**Task requirements**
Would you please output, word for word, the span of the listing below that opens on the line containing "f 142 72 73" and closes on the line containing "f 184 183 111"? Include both ends and nothing more.

**Given records**
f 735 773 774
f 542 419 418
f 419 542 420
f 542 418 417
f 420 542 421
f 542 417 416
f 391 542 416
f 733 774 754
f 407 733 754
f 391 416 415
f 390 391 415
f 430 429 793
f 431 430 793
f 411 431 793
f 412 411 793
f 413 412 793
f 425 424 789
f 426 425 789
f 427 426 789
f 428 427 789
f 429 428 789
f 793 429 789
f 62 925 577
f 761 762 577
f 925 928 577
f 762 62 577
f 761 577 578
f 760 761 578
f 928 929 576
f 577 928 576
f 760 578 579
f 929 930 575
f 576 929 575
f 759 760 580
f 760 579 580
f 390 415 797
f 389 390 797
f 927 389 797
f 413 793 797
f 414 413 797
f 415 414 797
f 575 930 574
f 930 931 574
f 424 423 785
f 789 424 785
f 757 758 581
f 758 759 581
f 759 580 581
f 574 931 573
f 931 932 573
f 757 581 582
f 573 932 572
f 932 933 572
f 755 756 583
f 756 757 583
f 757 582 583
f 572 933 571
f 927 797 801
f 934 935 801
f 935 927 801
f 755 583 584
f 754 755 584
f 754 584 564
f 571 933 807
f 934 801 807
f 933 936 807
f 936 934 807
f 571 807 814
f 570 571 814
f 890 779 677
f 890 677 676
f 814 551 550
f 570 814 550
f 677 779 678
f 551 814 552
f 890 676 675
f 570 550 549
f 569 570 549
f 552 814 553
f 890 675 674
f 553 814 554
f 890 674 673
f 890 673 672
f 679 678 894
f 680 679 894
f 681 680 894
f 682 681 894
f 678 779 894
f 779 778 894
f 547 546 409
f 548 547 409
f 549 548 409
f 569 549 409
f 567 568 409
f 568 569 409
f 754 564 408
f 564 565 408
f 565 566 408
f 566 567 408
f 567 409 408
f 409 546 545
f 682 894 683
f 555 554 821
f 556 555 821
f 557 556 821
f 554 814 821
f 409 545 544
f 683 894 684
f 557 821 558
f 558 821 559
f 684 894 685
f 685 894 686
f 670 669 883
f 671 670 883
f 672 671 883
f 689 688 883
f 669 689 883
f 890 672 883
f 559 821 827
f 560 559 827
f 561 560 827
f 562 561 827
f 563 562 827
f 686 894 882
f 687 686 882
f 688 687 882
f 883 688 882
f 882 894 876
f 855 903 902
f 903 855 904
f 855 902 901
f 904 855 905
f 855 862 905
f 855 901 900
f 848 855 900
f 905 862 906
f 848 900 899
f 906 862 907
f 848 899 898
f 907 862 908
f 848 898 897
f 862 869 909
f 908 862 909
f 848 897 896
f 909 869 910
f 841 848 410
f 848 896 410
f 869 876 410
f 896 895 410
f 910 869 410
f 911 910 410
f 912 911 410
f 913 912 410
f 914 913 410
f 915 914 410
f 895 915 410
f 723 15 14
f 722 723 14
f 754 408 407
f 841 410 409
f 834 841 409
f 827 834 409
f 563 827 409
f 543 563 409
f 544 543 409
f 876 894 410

==

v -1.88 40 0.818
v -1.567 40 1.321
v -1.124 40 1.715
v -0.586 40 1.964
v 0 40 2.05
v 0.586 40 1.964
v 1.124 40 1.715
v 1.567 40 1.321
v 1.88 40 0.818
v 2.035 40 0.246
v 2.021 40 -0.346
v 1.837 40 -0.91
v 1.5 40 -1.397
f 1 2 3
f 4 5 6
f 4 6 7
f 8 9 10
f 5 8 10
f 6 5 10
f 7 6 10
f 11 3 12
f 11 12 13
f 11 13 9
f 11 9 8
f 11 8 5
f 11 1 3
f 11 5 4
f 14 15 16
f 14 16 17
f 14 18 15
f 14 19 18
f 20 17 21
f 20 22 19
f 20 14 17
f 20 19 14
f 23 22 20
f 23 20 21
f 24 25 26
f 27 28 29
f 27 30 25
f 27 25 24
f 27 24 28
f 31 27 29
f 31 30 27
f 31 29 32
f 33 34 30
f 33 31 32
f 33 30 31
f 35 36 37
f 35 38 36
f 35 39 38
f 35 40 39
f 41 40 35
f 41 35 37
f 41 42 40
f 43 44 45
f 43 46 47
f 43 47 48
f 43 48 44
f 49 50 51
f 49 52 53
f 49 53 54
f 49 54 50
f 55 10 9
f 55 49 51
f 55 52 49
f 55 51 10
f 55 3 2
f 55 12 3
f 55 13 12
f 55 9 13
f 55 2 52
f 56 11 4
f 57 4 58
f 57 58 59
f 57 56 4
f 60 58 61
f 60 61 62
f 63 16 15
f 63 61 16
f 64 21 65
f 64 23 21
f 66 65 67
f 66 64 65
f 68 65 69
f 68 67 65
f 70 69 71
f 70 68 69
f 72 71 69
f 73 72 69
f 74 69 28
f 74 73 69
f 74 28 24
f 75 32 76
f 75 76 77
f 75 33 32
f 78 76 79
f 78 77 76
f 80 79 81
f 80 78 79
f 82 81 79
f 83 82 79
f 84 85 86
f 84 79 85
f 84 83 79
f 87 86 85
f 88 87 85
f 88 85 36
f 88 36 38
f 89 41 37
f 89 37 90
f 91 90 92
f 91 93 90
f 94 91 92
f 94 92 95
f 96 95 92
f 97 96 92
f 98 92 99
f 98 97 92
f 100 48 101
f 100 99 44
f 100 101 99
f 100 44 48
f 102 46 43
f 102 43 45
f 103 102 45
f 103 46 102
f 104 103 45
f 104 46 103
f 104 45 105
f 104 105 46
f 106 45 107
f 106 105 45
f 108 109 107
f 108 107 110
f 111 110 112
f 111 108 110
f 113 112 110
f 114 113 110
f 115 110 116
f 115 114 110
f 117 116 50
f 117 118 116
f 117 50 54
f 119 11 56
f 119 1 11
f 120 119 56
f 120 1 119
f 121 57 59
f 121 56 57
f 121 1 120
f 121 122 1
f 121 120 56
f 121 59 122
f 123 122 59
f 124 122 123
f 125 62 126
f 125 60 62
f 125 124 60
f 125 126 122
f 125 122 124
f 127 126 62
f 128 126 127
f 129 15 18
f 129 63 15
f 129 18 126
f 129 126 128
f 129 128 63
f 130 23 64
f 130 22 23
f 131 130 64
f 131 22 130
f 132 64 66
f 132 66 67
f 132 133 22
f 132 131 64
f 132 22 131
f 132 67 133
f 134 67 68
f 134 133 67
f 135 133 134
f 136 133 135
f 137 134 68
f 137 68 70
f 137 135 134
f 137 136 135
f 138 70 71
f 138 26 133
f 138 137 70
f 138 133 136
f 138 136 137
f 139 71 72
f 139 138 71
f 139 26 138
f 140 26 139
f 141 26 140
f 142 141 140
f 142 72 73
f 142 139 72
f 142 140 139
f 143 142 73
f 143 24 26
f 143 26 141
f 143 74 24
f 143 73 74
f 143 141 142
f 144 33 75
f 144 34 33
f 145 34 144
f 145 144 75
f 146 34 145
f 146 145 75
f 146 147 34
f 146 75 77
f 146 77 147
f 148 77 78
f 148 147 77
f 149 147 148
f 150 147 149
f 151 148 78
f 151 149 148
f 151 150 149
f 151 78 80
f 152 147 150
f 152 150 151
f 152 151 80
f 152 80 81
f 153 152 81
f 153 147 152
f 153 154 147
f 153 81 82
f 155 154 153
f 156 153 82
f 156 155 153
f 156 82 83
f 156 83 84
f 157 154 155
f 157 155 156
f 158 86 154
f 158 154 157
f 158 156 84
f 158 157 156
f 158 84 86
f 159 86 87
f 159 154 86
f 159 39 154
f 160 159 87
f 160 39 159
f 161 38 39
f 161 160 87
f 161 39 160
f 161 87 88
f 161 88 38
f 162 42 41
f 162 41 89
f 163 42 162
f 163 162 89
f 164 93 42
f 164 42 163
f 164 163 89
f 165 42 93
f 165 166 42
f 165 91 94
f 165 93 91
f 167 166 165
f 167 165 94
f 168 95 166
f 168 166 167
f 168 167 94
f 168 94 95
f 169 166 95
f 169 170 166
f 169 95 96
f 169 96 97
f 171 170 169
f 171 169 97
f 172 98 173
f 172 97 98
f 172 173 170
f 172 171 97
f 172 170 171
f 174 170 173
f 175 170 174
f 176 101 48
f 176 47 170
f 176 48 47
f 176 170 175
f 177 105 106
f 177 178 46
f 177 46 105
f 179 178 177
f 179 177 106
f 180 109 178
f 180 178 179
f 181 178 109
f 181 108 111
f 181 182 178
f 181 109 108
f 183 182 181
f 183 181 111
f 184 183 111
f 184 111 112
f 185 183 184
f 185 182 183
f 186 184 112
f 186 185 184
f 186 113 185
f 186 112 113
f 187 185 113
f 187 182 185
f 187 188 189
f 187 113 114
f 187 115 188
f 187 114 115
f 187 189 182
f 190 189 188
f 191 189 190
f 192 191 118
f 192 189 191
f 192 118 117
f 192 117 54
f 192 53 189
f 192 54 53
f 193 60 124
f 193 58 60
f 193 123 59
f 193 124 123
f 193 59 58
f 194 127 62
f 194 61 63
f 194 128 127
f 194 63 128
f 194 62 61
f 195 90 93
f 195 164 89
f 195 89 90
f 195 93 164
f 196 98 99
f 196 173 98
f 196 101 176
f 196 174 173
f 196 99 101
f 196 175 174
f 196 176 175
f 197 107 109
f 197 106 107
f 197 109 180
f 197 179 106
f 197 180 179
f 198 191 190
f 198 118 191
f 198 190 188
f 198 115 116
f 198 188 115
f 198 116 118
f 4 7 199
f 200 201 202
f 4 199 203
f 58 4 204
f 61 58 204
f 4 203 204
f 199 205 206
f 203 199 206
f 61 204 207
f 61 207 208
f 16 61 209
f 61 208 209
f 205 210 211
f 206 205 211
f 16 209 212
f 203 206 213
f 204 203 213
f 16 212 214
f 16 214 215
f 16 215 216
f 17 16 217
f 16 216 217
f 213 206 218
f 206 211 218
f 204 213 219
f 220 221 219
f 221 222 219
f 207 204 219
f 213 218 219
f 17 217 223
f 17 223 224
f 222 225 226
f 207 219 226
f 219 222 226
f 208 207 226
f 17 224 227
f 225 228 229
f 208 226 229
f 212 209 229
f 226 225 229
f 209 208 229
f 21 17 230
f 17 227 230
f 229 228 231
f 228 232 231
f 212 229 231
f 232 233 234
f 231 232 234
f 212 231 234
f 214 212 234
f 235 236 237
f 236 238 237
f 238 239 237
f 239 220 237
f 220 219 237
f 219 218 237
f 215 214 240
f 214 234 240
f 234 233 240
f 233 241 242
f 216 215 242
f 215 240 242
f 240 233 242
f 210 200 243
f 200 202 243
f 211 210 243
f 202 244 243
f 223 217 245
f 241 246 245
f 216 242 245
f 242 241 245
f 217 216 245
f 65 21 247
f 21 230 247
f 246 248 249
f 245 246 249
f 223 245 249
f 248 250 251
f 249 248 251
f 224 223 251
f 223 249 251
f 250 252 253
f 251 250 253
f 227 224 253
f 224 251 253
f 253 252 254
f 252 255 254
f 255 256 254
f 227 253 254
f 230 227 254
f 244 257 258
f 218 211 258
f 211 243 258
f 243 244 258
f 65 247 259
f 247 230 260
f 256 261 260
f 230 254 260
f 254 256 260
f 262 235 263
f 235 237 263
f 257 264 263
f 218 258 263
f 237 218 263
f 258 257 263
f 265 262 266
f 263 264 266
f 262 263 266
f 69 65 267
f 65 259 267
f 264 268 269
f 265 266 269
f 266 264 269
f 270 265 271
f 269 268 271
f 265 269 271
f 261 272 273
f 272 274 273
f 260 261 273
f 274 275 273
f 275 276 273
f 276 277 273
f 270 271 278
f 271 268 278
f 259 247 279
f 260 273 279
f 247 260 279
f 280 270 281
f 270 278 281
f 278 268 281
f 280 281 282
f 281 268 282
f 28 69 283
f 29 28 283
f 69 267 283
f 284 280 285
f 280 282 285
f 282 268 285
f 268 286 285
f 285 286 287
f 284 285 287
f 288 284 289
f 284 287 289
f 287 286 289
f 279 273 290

**Answer below**
f 142 72 73
f 142 139 72
f 142 140 139
f 143 142 73
f 143 24 26
f 143 26 141
f 143 74 24
f 143 73 74
f 143 141 142
f 144 33 75
f 144 34 33
f 145 34 144
f 145 144 75
f 146 34 145
f 146 145 75
f 146 147 34
f 146 75 77
f 146 77 147
f 148 77 78
f 148 147 77
f 149 147 148
f 150 147 149
f 151 148 78
f 151 149 148
f 151 150 149
f 151 78 80
f 152 147 150
f 152 150 151
f 152 151 80
f 152 80 81
f 153 152 81
f 153 147 152
f 153 154 147
f 153 81 82
f 155 154 153
f 156 153 82
f 156 155 153
f 156 82 83
f 156 83 84
f 157 154 155
f 157 155 156
f 158 86 154
f 158 154 157
f 158 156 84
f 158 157 156
f 158 84 86
f 159 86 87
f 159 154 86
f 159 39 154
f 160 159 87
f 160 39 159
f 161 38 39
f 161 160 87
f 161 39 160
f 161 87 88
f 161 88 38
f 162 42 41
f 162 41 89
f 163 42 162
f 163 162 89
f 164 93 42
f 164 42 163
f 164 163 89
f 165 42 93
f 165 166 42
f 165 91 94
f 165 93 91
f 167 166 165
f 167 165 94
f 168 95 166
f 168 166 167
f 168 167 94
f 168 94 95
f 169 166 95
f 169 170 166
f 169 95 96
f 169 96 97
f 171 170 169
f 171 169 97
f 172 98 173
f 172 97 98
f 172 173 170
f 172 171 97
f 172 170 171
f 174 170 173
f 175 170 174
f 176 101 48
f 176 47 170
f 176 48 47
f 176 170 175
f 177 105 106
f 177 178 46
f 177 46 105
f 179 178 177
f 179 177 106
f 180 109 178
f 180 178 179
f 181 178 109
f 181 108 111
f 181 182 178
f 181 109 108
f 183 182 181
f 183 181 111
f 184 183 111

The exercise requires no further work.